Canada Stocks Fall Most in a Month as Commodity Prices Slide

  • Oil drops as U.S. producers increased drilling a fourth week
  • Gold tumbles as global equities rally, Fed weighs rate hike

Canada stocks fell the most in a month, dropping from the highest level in a year to halt a three-day advance as commodities producers retreated with crude and gold.

The S&P/TSX Composite Index lost 0.7 percent to 14,498.10 at 4 p.m. in Toronto. The benchmark is up 11 percent in 2016, making Canadian stocks more expensive than their U.S. peers, with a price-earnings ratio of 22.3 for the S&P/TSX, about 11 percent higher than the S&P 500 Index.

Raw-materials and energy producers tumbled at least 1.9 percent, the two biggest laggards among 10 industries in the S&P/TSX. They account for about one-third of the benchmark by weighting.
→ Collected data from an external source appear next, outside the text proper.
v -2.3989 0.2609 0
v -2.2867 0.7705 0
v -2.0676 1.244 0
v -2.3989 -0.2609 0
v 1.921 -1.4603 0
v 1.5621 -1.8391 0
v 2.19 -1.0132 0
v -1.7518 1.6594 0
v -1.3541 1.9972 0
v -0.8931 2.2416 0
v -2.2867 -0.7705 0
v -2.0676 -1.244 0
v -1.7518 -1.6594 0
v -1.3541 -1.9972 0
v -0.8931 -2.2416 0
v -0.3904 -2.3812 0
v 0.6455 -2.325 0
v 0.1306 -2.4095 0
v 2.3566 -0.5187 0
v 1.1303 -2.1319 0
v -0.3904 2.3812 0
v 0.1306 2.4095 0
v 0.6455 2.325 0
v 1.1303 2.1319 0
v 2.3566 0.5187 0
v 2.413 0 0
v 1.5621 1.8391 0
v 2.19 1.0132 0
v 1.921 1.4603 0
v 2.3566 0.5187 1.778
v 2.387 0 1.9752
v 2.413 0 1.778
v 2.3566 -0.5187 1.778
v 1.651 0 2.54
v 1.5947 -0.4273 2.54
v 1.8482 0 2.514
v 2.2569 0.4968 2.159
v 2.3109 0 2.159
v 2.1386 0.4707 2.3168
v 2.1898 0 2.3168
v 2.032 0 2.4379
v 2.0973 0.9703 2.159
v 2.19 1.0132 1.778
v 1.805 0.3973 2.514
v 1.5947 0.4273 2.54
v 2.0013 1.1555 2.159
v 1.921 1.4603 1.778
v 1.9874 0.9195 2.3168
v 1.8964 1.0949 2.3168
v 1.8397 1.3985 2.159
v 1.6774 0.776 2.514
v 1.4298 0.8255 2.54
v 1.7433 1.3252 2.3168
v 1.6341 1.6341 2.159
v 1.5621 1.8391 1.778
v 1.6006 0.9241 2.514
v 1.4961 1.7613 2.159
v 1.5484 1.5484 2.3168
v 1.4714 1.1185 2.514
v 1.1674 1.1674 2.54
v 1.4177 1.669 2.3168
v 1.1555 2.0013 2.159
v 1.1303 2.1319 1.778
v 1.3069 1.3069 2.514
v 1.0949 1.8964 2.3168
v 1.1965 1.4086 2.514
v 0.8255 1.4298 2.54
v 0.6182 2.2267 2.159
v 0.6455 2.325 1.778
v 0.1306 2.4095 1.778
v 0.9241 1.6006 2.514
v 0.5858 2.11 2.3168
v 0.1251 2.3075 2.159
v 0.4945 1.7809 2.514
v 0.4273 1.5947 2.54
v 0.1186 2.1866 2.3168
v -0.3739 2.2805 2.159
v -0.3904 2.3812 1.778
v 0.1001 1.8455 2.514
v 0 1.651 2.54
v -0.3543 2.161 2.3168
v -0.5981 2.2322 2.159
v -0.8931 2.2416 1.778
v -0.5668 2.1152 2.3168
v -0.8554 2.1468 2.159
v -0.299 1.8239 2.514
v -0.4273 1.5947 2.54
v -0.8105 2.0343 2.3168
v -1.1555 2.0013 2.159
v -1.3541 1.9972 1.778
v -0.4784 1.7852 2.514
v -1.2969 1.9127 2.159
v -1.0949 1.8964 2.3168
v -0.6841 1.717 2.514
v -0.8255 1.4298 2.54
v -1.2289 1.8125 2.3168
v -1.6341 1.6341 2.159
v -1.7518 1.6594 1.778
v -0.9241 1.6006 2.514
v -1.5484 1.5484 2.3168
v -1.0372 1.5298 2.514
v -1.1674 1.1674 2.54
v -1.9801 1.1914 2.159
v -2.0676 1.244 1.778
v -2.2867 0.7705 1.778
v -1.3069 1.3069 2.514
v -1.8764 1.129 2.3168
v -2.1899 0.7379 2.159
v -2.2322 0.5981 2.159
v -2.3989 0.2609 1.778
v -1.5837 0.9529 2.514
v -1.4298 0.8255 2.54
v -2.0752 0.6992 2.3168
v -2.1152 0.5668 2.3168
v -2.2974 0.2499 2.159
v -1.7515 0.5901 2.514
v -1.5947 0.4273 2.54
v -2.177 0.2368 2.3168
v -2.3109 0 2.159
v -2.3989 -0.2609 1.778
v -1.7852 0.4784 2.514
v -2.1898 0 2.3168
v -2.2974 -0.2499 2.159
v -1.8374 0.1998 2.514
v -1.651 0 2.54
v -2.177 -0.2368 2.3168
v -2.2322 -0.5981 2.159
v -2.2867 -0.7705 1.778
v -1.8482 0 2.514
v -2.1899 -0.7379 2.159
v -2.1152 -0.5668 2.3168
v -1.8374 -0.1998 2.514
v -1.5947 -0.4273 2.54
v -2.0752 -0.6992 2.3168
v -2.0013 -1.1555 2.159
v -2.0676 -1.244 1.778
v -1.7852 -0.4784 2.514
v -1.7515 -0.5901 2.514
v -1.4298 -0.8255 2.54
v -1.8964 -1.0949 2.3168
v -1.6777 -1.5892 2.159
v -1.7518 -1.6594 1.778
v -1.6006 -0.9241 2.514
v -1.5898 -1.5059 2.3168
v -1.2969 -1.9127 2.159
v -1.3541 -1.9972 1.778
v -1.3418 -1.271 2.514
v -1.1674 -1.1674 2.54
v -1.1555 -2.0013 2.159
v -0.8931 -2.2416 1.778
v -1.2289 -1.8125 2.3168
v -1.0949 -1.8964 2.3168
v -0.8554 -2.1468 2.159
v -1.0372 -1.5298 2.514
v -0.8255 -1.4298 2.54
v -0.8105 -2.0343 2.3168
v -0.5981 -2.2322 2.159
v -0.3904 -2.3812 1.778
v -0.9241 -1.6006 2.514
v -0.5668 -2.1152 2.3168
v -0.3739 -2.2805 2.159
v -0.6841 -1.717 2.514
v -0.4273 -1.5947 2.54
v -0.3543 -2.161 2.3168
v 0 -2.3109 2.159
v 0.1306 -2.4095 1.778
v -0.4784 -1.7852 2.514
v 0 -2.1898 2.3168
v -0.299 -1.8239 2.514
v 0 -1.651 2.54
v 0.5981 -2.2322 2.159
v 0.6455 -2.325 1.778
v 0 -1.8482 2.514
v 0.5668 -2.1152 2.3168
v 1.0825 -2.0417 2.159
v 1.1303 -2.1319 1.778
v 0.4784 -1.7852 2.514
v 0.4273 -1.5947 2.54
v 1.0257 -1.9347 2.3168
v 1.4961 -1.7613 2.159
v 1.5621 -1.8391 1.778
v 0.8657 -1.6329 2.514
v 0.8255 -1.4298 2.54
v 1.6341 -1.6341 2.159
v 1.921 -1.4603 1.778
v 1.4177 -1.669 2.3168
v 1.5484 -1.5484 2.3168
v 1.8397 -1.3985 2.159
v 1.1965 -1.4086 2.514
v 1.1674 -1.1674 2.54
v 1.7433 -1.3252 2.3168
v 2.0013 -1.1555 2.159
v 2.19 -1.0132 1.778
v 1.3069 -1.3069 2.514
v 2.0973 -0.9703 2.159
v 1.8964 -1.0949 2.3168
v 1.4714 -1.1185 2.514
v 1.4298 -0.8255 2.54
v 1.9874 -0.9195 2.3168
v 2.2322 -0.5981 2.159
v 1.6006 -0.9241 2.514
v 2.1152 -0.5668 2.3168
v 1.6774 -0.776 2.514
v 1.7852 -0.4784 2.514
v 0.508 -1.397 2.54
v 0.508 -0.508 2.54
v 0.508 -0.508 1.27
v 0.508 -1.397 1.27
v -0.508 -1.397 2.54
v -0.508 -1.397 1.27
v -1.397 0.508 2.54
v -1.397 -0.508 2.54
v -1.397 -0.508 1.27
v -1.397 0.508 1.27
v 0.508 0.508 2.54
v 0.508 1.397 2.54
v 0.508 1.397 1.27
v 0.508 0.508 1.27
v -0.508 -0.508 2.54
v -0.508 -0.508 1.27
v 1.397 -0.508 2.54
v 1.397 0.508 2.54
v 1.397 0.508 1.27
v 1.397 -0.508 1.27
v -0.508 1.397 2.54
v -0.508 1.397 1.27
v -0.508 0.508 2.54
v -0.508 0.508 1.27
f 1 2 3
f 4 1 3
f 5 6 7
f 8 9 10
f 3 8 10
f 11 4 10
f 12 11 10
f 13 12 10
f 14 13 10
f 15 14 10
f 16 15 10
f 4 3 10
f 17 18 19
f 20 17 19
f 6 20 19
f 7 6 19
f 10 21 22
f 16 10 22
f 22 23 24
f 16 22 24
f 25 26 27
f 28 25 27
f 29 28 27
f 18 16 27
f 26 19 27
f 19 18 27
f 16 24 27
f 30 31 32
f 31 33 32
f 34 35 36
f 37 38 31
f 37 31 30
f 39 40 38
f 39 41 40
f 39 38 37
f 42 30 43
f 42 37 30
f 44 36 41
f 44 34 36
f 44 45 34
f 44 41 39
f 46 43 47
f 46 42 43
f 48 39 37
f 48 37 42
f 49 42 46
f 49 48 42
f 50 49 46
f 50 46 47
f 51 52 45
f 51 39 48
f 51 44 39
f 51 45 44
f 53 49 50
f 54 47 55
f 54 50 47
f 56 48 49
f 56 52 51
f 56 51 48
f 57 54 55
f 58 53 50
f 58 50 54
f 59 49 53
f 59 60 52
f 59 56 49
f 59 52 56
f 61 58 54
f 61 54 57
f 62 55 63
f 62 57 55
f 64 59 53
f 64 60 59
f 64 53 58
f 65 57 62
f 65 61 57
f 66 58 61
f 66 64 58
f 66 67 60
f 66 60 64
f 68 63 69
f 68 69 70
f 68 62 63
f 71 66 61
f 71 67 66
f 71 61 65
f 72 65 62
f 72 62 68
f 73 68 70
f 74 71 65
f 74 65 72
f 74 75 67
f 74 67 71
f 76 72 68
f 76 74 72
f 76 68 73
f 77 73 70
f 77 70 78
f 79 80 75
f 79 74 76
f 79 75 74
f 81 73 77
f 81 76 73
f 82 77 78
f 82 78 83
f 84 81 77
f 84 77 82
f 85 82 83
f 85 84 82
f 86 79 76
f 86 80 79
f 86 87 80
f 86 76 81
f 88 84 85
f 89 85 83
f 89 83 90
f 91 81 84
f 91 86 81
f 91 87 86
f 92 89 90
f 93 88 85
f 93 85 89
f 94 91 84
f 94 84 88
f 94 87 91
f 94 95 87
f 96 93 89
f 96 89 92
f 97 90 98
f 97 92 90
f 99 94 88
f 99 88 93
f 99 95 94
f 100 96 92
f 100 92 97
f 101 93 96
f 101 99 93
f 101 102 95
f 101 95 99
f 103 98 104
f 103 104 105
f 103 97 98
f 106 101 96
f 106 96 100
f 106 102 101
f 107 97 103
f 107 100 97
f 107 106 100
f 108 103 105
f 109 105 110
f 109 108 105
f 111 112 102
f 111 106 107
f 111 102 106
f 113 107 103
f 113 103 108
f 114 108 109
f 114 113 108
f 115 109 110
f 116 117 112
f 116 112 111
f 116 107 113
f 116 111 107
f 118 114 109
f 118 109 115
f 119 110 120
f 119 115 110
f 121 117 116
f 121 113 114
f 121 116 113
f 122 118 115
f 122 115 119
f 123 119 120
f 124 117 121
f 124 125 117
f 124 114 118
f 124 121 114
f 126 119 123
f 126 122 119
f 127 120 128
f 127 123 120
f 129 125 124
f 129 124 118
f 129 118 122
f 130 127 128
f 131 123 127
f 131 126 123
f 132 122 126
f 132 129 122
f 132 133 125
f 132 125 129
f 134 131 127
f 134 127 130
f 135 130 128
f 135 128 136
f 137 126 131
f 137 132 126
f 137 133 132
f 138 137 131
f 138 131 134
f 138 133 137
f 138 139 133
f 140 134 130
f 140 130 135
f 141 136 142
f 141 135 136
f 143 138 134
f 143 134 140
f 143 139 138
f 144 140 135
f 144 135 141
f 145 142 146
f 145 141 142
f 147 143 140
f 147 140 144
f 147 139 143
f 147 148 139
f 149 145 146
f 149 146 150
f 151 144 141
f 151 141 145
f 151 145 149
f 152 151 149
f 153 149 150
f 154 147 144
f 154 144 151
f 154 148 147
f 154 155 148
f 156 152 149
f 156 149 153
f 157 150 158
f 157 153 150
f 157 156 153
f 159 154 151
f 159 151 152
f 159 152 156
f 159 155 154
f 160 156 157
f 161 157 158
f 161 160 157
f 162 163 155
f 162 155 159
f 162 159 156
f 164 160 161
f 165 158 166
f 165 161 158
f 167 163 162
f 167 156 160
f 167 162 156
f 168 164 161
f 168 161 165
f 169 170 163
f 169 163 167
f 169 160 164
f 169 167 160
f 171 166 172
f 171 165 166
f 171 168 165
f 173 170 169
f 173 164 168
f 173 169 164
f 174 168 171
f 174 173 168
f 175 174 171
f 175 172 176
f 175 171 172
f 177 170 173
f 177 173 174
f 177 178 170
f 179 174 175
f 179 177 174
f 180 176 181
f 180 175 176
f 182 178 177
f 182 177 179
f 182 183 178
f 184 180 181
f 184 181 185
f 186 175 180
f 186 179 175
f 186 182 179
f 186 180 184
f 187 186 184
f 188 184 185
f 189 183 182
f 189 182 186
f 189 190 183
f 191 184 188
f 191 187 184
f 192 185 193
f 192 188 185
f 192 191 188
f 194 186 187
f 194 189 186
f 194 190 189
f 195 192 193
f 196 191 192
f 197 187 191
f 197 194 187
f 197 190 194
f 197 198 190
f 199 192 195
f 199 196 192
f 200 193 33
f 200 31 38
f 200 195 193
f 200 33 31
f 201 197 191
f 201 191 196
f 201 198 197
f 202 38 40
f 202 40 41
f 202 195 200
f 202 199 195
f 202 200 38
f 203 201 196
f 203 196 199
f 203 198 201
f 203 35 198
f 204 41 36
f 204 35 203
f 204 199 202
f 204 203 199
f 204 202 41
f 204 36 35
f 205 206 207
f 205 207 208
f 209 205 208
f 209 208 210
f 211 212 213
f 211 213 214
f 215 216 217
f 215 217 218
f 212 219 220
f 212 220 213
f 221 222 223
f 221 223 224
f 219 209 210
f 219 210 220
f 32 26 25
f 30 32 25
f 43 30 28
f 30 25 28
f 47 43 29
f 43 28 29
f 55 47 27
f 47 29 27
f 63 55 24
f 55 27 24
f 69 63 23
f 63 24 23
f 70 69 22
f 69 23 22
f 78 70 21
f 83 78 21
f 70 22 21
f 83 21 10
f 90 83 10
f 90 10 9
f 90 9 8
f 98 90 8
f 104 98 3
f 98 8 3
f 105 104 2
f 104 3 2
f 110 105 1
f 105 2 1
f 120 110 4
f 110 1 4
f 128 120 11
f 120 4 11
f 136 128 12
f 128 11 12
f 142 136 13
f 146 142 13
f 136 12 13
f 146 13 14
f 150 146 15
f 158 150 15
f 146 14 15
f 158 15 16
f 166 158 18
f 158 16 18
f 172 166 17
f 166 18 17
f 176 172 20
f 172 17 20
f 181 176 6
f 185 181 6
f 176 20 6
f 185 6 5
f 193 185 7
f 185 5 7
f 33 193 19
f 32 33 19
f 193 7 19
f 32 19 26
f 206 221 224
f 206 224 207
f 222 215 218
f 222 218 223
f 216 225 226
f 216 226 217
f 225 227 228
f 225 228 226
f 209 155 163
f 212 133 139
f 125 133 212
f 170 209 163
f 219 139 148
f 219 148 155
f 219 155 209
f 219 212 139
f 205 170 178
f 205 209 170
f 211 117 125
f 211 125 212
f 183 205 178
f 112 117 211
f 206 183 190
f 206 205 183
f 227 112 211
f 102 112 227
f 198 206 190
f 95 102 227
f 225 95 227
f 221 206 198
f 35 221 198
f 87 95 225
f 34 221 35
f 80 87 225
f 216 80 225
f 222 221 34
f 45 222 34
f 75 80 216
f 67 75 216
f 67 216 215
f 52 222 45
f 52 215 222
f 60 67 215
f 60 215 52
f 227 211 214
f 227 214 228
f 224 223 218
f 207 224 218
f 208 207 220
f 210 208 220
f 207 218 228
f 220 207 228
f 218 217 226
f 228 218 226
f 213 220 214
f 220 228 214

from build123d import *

# Parameters (mm, degrees)
SKETCH1_R           = 2.413
BOSS_EXTRUDE1_DEPTH = 2.54
CUT_EXTRUDE1_DEPTH  = 1.27
FILLET1_R           = 0.762


with BuildPart() as part:
    # Sketch1 → Boss-Extrude1 (new body)
    with BuildSketch(Plane.XY):
        Circle(SKETCH1_R)
    extrude(amount=BOSS_EXTRUDE1_DEPTH)

    # Sketch2 → Cut-Extrude1 (cut)
    with BuildSketch(Plane.XY.offset(2.54)):
        Polygon((-0.508, 0.508), (-0.508, 1.397), (0.508, 1.397), (0.508, 0.508), (1.397, 0.508), (1.397, -0.508), (0.508, -0.508), (0.508, -1.397), (-0.508, -1.397), (-0.508, -0.508), (-1.397, -0.508), (-1.397, 0.508), align=None)
    extrude(amount=-CUT_EXTRUDE1_DEPTH, mode=Mode.SUBTRACT)

    # Fillet1
    fillet1_edges = [part.edges().sort_by_distance(p)[0] for p in [
        (-2.413, 0, 2.54),
    ]]
    fillet(fillet1_edges, radius=FILLET1_R)


solid = part.part
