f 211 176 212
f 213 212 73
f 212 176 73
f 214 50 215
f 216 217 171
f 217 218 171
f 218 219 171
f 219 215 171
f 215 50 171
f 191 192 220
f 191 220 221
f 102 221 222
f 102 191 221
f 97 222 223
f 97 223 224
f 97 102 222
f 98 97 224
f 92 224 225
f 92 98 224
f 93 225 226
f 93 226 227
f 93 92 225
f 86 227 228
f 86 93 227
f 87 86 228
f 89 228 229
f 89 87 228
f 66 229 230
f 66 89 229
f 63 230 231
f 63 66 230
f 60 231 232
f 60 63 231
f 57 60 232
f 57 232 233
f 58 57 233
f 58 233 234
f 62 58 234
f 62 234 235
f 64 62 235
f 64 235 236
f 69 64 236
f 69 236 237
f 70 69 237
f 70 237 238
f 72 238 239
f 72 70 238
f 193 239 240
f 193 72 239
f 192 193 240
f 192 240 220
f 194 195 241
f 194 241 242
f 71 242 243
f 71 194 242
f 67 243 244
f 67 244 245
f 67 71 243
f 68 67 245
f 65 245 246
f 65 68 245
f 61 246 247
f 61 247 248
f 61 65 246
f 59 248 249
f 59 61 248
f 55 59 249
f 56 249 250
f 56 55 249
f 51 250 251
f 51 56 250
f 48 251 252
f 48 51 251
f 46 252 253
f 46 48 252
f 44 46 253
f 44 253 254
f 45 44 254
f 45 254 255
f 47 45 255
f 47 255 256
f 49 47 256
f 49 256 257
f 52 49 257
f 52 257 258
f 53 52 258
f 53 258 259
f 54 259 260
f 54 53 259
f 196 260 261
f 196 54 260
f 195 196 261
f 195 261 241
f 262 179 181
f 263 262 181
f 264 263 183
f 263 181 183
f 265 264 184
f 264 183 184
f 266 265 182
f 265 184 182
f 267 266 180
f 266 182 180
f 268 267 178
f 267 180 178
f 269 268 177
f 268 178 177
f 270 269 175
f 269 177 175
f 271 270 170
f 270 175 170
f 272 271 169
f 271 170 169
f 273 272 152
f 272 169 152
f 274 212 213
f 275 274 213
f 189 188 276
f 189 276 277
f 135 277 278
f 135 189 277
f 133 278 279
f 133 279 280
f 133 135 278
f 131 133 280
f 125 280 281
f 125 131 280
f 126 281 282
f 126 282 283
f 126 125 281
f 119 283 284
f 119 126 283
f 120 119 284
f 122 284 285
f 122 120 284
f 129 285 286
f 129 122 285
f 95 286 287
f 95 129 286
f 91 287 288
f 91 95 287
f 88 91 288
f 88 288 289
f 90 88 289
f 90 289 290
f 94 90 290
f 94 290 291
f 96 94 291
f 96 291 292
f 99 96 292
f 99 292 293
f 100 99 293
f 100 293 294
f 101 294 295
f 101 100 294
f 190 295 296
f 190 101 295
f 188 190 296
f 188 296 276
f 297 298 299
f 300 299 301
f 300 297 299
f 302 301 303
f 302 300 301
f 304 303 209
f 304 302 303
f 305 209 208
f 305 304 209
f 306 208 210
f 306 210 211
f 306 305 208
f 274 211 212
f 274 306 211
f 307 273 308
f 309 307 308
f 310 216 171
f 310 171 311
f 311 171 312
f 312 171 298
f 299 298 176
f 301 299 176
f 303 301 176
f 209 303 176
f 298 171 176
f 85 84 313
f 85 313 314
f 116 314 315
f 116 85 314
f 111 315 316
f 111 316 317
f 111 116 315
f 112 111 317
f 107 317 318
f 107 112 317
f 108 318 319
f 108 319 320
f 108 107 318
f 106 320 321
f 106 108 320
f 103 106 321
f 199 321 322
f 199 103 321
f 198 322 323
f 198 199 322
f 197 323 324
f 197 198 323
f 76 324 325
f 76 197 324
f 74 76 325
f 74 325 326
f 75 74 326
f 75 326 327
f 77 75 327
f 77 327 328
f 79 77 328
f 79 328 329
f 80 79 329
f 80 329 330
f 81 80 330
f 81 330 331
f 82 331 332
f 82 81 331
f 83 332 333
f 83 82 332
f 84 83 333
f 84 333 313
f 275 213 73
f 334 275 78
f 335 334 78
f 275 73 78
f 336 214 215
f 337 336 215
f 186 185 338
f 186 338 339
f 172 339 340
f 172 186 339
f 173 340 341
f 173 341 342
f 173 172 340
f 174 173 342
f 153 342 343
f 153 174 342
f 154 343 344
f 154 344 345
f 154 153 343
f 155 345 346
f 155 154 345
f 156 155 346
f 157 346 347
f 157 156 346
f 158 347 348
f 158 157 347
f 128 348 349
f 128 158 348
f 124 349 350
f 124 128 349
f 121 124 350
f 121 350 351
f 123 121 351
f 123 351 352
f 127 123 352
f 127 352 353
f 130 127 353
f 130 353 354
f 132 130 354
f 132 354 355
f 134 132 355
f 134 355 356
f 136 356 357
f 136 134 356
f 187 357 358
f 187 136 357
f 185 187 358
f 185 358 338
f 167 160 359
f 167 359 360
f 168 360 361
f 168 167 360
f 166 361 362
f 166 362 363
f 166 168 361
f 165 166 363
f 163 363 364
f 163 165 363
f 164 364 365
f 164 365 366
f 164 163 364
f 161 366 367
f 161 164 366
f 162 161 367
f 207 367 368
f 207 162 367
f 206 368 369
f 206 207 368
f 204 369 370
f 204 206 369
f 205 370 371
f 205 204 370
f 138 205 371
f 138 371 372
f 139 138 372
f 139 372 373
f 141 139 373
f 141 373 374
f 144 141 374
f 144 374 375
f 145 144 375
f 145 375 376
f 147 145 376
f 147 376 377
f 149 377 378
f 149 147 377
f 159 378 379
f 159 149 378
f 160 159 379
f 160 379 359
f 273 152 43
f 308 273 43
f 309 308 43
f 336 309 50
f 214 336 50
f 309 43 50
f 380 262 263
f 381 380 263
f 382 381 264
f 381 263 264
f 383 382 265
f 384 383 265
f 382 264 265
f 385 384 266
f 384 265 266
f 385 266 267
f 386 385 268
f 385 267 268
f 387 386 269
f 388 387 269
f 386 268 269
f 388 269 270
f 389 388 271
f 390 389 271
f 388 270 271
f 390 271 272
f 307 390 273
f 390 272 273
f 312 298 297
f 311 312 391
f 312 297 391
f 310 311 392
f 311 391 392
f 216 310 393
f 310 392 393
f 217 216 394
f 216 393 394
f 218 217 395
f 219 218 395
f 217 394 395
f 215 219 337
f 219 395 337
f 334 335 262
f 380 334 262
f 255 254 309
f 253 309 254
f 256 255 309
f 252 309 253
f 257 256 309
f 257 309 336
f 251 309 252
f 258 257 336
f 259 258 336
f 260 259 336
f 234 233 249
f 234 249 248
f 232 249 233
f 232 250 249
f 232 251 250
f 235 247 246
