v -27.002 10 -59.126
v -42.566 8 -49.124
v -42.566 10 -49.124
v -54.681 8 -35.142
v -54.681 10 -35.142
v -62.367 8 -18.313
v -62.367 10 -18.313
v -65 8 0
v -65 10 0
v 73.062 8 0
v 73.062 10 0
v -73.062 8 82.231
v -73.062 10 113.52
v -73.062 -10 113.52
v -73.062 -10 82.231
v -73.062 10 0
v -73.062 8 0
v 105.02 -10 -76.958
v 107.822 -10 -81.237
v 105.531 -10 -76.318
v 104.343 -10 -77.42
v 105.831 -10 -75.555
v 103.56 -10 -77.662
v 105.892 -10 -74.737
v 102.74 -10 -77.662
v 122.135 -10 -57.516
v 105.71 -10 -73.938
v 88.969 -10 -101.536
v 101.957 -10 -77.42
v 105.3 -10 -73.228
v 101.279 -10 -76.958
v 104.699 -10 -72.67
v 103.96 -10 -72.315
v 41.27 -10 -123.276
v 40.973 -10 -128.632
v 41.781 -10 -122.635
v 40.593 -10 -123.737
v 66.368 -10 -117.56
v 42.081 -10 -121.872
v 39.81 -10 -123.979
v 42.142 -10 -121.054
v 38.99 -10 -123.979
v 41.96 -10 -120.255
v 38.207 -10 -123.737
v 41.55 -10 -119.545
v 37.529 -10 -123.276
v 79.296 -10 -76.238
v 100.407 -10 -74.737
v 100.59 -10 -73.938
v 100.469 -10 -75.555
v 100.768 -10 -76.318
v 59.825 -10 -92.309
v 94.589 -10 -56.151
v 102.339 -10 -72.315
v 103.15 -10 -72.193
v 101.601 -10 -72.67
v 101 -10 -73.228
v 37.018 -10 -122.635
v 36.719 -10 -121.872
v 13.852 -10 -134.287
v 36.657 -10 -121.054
Suncor Energy Inc. and Barrick Gold Corp. fell at least 3 percent.

Oil dropped to the lowest level in three months, down 2.4 percent in New York to extend losses after a weekly decline last week. U.S. producers increased drilling for a fourth week, even as government data points to U.S. supplies remaining ample as the summer driving season comes to a close. The S&P/TSX Energy Index dropped to the lowest in a month.

Gold prices also fell, extending the first back-to-back weekly loss since May. Global markets have rallied following a brief swoon after the U.K. voted to leave the European Union, while strengthening U.S. economic data has prompted traders to increase bets of a rate increase.

Today’s decline in raw-material shares pares the rally this year to 53 percent, which remains the best such performance for the group in at least 30 years, according to data compiled by Bloomberg. Mining and energy stocks have propelled Canada to the second-best performance among developed markets, trailing only New Zealand. It’s a far cry from last year, when the S&P/TSX was one of the worst-performing markets in the world, slumping the most since the 2008 Financial Crisis.

Valeant Pharmaceuticals International Inc. added 0.6 percent, rebounding from a two-day slide. The struggling drugmaker said Friday it had received a letter from the Food and Drug Administration over its application for an eye drop medication due to some deficiencies at a manufacturing facility.